> Work order: Because the lines must stay identical, write out the data without changing anything.

> Available records:
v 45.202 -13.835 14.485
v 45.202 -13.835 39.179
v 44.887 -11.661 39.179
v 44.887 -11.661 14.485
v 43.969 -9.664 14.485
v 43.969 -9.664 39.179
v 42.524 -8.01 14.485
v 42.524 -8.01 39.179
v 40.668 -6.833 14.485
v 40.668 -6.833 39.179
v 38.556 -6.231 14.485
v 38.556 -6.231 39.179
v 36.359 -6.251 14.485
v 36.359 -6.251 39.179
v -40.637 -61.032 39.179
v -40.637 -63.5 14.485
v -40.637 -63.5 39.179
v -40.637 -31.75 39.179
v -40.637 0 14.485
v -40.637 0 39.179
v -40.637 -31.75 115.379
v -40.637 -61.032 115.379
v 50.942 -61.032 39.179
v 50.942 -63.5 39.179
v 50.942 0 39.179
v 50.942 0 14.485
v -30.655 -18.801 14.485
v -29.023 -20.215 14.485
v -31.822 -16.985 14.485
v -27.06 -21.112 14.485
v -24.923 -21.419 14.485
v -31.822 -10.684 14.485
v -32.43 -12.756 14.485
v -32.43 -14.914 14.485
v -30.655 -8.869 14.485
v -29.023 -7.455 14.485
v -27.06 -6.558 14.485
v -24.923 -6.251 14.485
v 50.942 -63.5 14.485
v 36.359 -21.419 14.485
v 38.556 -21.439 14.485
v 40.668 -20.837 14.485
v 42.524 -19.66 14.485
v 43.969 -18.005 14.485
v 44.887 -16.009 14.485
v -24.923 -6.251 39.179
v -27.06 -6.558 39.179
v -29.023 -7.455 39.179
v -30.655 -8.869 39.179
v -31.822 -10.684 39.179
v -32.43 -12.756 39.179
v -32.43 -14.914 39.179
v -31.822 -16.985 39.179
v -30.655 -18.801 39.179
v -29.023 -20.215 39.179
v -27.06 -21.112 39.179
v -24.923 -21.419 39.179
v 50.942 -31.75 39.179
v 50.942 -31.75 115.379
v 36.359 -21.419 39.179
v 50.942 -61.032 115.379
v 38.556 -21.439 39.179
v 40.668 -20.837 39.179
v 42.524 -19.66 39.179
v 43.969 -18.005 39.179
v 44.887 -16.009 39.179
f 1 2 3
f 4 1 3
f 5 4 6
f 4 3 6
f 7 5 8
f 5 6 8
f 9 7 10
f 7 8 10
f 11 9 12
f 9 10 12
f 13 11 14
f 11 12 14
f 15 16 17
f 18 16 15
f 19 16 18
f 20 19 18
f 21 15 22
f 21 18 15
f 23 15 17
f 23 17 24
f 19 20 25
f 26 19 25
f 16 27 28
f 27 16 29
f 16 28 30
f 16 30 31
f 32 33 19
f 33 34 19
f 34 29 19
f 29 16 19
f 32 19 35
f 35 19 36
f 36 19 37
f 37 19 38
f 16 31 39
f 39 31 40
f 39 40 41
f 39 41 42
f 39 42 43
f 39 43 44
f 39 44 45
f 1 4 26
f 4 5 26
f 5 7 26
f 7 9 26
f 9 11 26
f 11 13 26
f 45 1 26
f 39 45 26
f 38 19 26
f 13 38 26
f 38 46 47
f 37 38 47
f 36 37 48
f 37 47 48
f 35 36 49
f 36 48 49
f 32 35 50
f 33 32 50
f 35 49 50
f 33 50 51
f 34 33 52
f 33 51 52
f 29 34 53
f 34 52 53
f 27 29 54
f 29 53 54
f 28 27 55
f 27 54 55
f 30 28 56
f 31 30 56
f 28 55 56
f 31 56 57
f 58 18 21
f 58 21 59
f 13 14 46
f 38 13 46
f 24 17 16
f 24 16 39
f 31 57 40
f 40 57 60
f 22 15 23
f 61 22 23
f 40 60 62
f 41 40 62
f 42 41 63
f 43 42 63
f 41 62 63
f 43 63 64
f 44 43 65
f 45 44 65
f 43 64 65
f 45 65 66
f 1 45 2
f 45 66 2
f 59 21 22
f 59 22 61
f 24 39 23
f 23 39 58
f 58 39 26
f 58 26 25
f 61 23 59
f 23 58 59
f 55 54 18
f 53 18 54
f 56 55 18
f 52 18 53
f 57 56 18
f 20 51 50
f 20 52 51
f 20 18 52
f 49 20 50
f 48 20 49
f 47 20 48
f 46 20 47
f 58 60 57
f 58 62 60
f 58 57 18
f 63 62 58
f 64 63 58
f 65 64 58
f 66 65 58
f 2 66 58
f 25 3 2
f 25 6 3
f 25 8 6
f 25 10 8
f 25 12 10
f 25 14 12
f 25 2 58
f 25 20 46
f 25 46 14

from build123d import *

# Parameters (mm, degrees)
F0_W     = 91.5788821876
F0_H     = 24.6932478622
F1_DEPTH = 63.5
F3_DEPTH = 24.6942478622
F4_W     = 91.5788821876
F4_H     = 29.2822020948
F5_DEPTH = 76.2


with BuildPart() as f1:
    # F0 (on Front) → F1 (new body)
    with BuildSketch(Plane.XZ):
        with Locations((5.1525291055, 26.8320306204)):
            Rectangle(F0_W, F0_H)
    extrude(amount=F1_DEPTH)

    # F2 (on face) → F3 (cut, through all)
    with BuildSketch(Plane.XY.offset(39.1786545515)):
        with BuildLine():
            ThreePointArc((-17.3395135884, -13.8349290937), (-19.5607685854, -8.4723451545), (-24.9233525246, -6.2510901575))
            Line((-24.9233525246, -6.2510901575), (-24.9233525246, -21.41876803))
            ThreePointArc((-24.9233525246, -21.41876803), (-19.5607685854, -19.197513033), (-17.3395135884, -13.8349290937))
        make_face()
        with BuildLine():
            Line((36.3587484939, -6.2510901575), (-24.9233525246, -6.2510901575))
            ThreePointArc((-24.9233525246, -6.2510901575), (-19.5607685854, -8.4723451545), (-17.3395135884, -13.8349290937))
            ThreePointArc((-17.3395135884, -13.8349290937), (-19.5607685854, -19.197513033), (-24.9233525246, -21.41876803))
            Line((-24.9233525246, -21.41876803), (36.3587484939, -21.41876803))
            ThreePointArc((36.3587484939, -21.41876803), (29.8547685354, -13.8349290937), (36.3587484939, -6.2510901575))
        make_face()
        with BuildLine():
            Line((-24.9233525246, -21.41876803), (-24.9233525246, -6.2510901575))
            ThreePointArc((-24.9233525246, -6.2510901575), (-32.5071914609, -13.8349290937), (-24.9233525246, -21.41876803))
        make_face()
        with BuildLine():
            ThreePointArc((45.2017359228, -13.8349290937), (42.5236593274, -8.0101321084), (36.3587484939, -6.2510901575))
            Line((36.3587484939, -6.2510901575), (37.5282522291, -6.2510901575))
            Line((37.5282522291, -6.2510901575), (37.5282522291, -21.41876803))
            Line((37.5282522291, -21.41876803), (36.3587484939, -21.41876803))
            ThreePointArc((36.3587484939, -21.41876803), (42.5236593274, -19.659726079), (45.2017359228, -13.8349290937))
        make_face()
        with BuildLine():
            Line((37.5282522291, -6.2510901575), (36.3587484939, -6.2510901575))
            ThreePointArc((36.3587484939, -6.2510901575), (29.8547685354, -13.8349290937), (36.3587484939, -21.41876803))
            Line((36.3587484939, -21.41876803), (37.5282522291, -21.41876803))
            Line((37.5282522291, -21.41876803), (37.5282522291, -6.2510901575))
        make_face()
    extrude(amount=-F3_DEPTH, mode=Mode.SUBTRACT)

    # F4 (on face) → F5 (join)
    with BuildSketch(Plane.XY.offset(39.1786545515)):
        with Locations((5.1525291055, -46.3911010474)):
            Rectangle(F4_W, F4_H)
    extrude(amount=F5_DEPTH)


solid = f1.part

> Exercise answer:
v 45.202 -13.835 14.485
v 45.202 -13.835 39.179
v 44.887 -11.661 39.179
v 44.887 -11.661 14.485
v 43.969 -9.664 14.485
v 43.969 -9.664 39.179
v 42.524 -8.01 14.485
v 42.524 -8.01 39.179
v 40.668 -6.833 14.485
v 40.668 -6.833 39.179
v 38.556 -6.231 14.485
v 38.556 -6.231 39.179
v 36.359 -6.251 14.485
v 36.359 -6.251 39.179
v -40.637 -61.032 39.179
v -40.637 -63.5 14.485
v -40.637 -63.5 39.179
v -40.637 -31.75 39.179
v -40.637 0 14.485
v -40.637 0 39.179
v -40.637 -31.75 115.379
v -40.637 -61.032 115.379
v 50.942 -61.032 39.179
v 50.942 -63.5 39.179
v 50.942 0 39.179
v 50.942 0 14.485
v -30.655 -18.801 14.485
v -29.023 -20.215 14.485
v -31.822 -16.985 14.485
v -27.06 -21.112 14.485
v -24.923 -21.419 14.485
v -31.822 -10.684 14.485
v -32.43 -12.756 14.485
v -32.43 -14.914 14.485
v -30.655 -8.869 14.485
v -29.023 -7.455 14.485
v -27.06 -6.558 14.485
v -24.923 -6.251 14.485
v 50.942 -63.5 14.485
v 36.359 -21.419 14.485
v 38.556 -21.439 14.485
v 40.668 -20.837 14.485
v 42.524 -19.66 14.485
v 43.969 -18.005 14.485
v 44.887 -16.009 14.485
v -24.923 -6.251 39.179
v -27.06 -6.558 39.179
v -29.023 -7.455 39.179
v -30.655 -8.869 39.179
v -31.822 -10.684 39.179
v -32.43 -12.756 39.179
v -32.43 -14.914 39.179
v -31.822 -16.985 39.179
v -30.655 -18.801 39.179
v -29.023 -20.215 39.179
v -27.06 -21.112 39.179
v -24.923 -21.419 39.179
v 50.942 -31.75 39.179
v 50.942 -31.75 115.379
v 36.359 -21.419 39.179
v 50.942 -61.032 115.379
v 38.556 -21.439 39.179
v 40.668 -20.837 39.179
v 42.524 -19.66 39.179
v 43.969 -18.005 39.179
v 44.887 -16.009 39.179
f 1 2 3
f 4 1 3
f 5 4 6
f 4 3 6
f 7 5 8
f 5 6 8
f 9 7 10
f 7 8 10
f 11 9 12
f 9 10 12
f 13 11 14
f 11 12 14
f 15 16 17
f 18 16 15
f 19 16 18
f 20 19 18
f 21 15 22
f 21 18 15
f 23 15 17
f 23 17 24
f 19 20 25
f 26 19 25
f 16 27 28
f 27 16 29
f 16 28 30
f 16 30 31
f 32 33 19
f 33 34 19
f 34 29 19
f 29 16 19
f 32 19 35
f 35 19 36
f 36 19 37
f 37 19 38
f 16 31 39
f 39 31 40
f 39 40 41
f 39 41 42
f 39 42 43
f 39 43 44
f 39 44 45
f 1 4 26
f 4 5 26
f 5 7 26
f 7 9 26
f 9 11 26
f 11 13 26
f 45 1 26
f 39 45 26
f 38 19 26
f 13 38 26
f 38 46 47
f 37 38 47
f 36 37 48
f 37 47 48
f 35 36 49
f 36 48 49
f 32 35 50
f 33 32 50
f 35 49 50
f 33 50 51
f 34 33 52
f 33 51 52
f 29 34 53
f 34 52 53
f 27 29 54
f 29 53 54
f 28 27 55
f 27 54 55
f 30 28 56
f 31 30 56
f 28 55 56
f 31 56 57
f 58 18 21
f 58 21 59
f 13 14 46
f 38 13 46
f 24 17 16
f 24 16 39
f 31 57 40
f 40 57 60
f 22 15 23
f 61 22 23
f 40 60 62
f 41 40 62
f 42 41 63
f 43 42 63
f 41 62 63
f 43 63 64
f 44 43 65
f 45 44 65
f 43 64 65
f 45 65 66
f 1 45 2
f 45 66 2
f 59 21 22
f 59 22 61
f 24 39 23
f 23 39 58
f 58 39 26
f 58 26 25
f 61 23 59
f 23 58 59
f 55 54 18
f 53 18 54
f 56 55 18
f 52 18 53
f 57 56 18
f 20 51 50
f 20 52 51
f 20 18 52
f 49 20 50
f 48 20 49
f 47 20 48
f 46 20 47
f 58 60 57
f 58 62 60
f 58 57 18
f 63 62 58
f 64 63 58
f 65 64 58
f 66 65 58
f 2 66 58
f 25 3 2
f 25 6 3
f 25 8 6
f 25 10 8
f 25 12 10
f 25 14 12
f 25 2 58
f 25 20 46
f 25 46 14

from build123d import *

# Parameters (mm, degrees)
F0_W     = 91.5788821876
F0_H     = 24.6932478622
F1_DEPTH = 63.5
F3_DEPTH = 24.6942478622
F4_W     = 91.5788821876
F4_H     = 29.2822020948
F5_DEPTH = 76.2


with BuildPart() as f1:
    # F0 (on Front) → F1 (new body)
    with BuildSketch(Plane.XZ):
        with Locations((5.1525291055, 26.8320306204)):
            Rectangle(F0_W, F0_H)
    extrude(amount=F1_DEPTH)

    # F2 (on face) → F3 (cut, through all)
    with BuildSketch(Plane.XY.offset(39.1786545515)):
        with BuildLine():
            ThreePointArc((-17.3395135884, -13.8349290937), (-19.5607685854, -8.4723451545), (-24.9233525246, -6.2510901575))
            Line((-24.9233525246, -6.2510901575), (-24.9233525246, -21.41876803))
            ThreePointArc((-24.9233525246, -21.41876803), (-19.5607685854, -19.197513033), (-17.3395135884, -13.8349290937))
        make_face()
        with BuildLine():
            Line((36.3587484939, -6.2510901575), (-24.9233525246, -6.2510901575))
            ThreePointArc((-24.9233525246, -6.2510901575), (-19.5607685854, -8.4723451545), (-17.3395135884, -13.8349290937))
            ThreePointArc((-17.3395135884, -13.8349290937), (-19.5607685854, -19.197513033), (-24.9233525246, -21.41876803))
            Line((-24.9233525246, -21.41876803), (36.3587484939, -21.41876803))
            ThreePointArc((36.3587484939, -21.41876803), (29.8547685354, -13.8349290937), (36.3587484939, -6.2510901575))
        make_face()
        with BuildLine():
            Line((-24.9233525246, -21.41876803), (-24.9233525246, -6.2510901575))
            ThreePointArc((-24.9233525246, -6.2510901575), (-32.5071914609, -13.8349290937), (-24.9233525246, -21.41876803))
        make_face()
        with BuildLine():
            ThreePointArc((45.2017359228, -13.8349290937), (42.5236593274, -8.0101321084), (36.3587484939, -6.2510901575))
            Line((36.3587484939, -6.2510901575), (37.5282522291, -6.2510901575))
            Line((37.5282522291, -6.2510901575), (37.5282522291, -21.41876803))
            Line((37.5282522291, -21.41876803), (36.3587484939, -21.41876803))
            ThreePointArc((36.3587484939, -21.41876803), (42.5236593274, -19.659726079), (45.2017359228, -13.8349290937))
        make_face()
        with BuildLine():
            Line((37.5282522291, -6.2510901575), (36.3587484939, -6.2510901575))
            ThreePointArc((36.3587484939, -6.2510901575), (29.8547685354, -13.8349290937), (36.3587484939, -21.41876803))
            Line((36.3587484939, -21.41876803), (37.5282522291, -21.41876803))
            Line((37.5282522291, -21.41876803), (37.5282522291, -6.2510901575))
        make_face()
    extrude(amount=-F3_DEPTH, mode=Mode.SUBTRACT)

    # F4 (on face) → F5 (join)
    with BuildSketch(Plane.XY.offset(39.1786545515)):
        with Locations((5.1525291055, -46.3911010474)):
            Rectangle(F4_W, F4_H)
    extrude(amount=F5_DEPTH)


solid = f1.part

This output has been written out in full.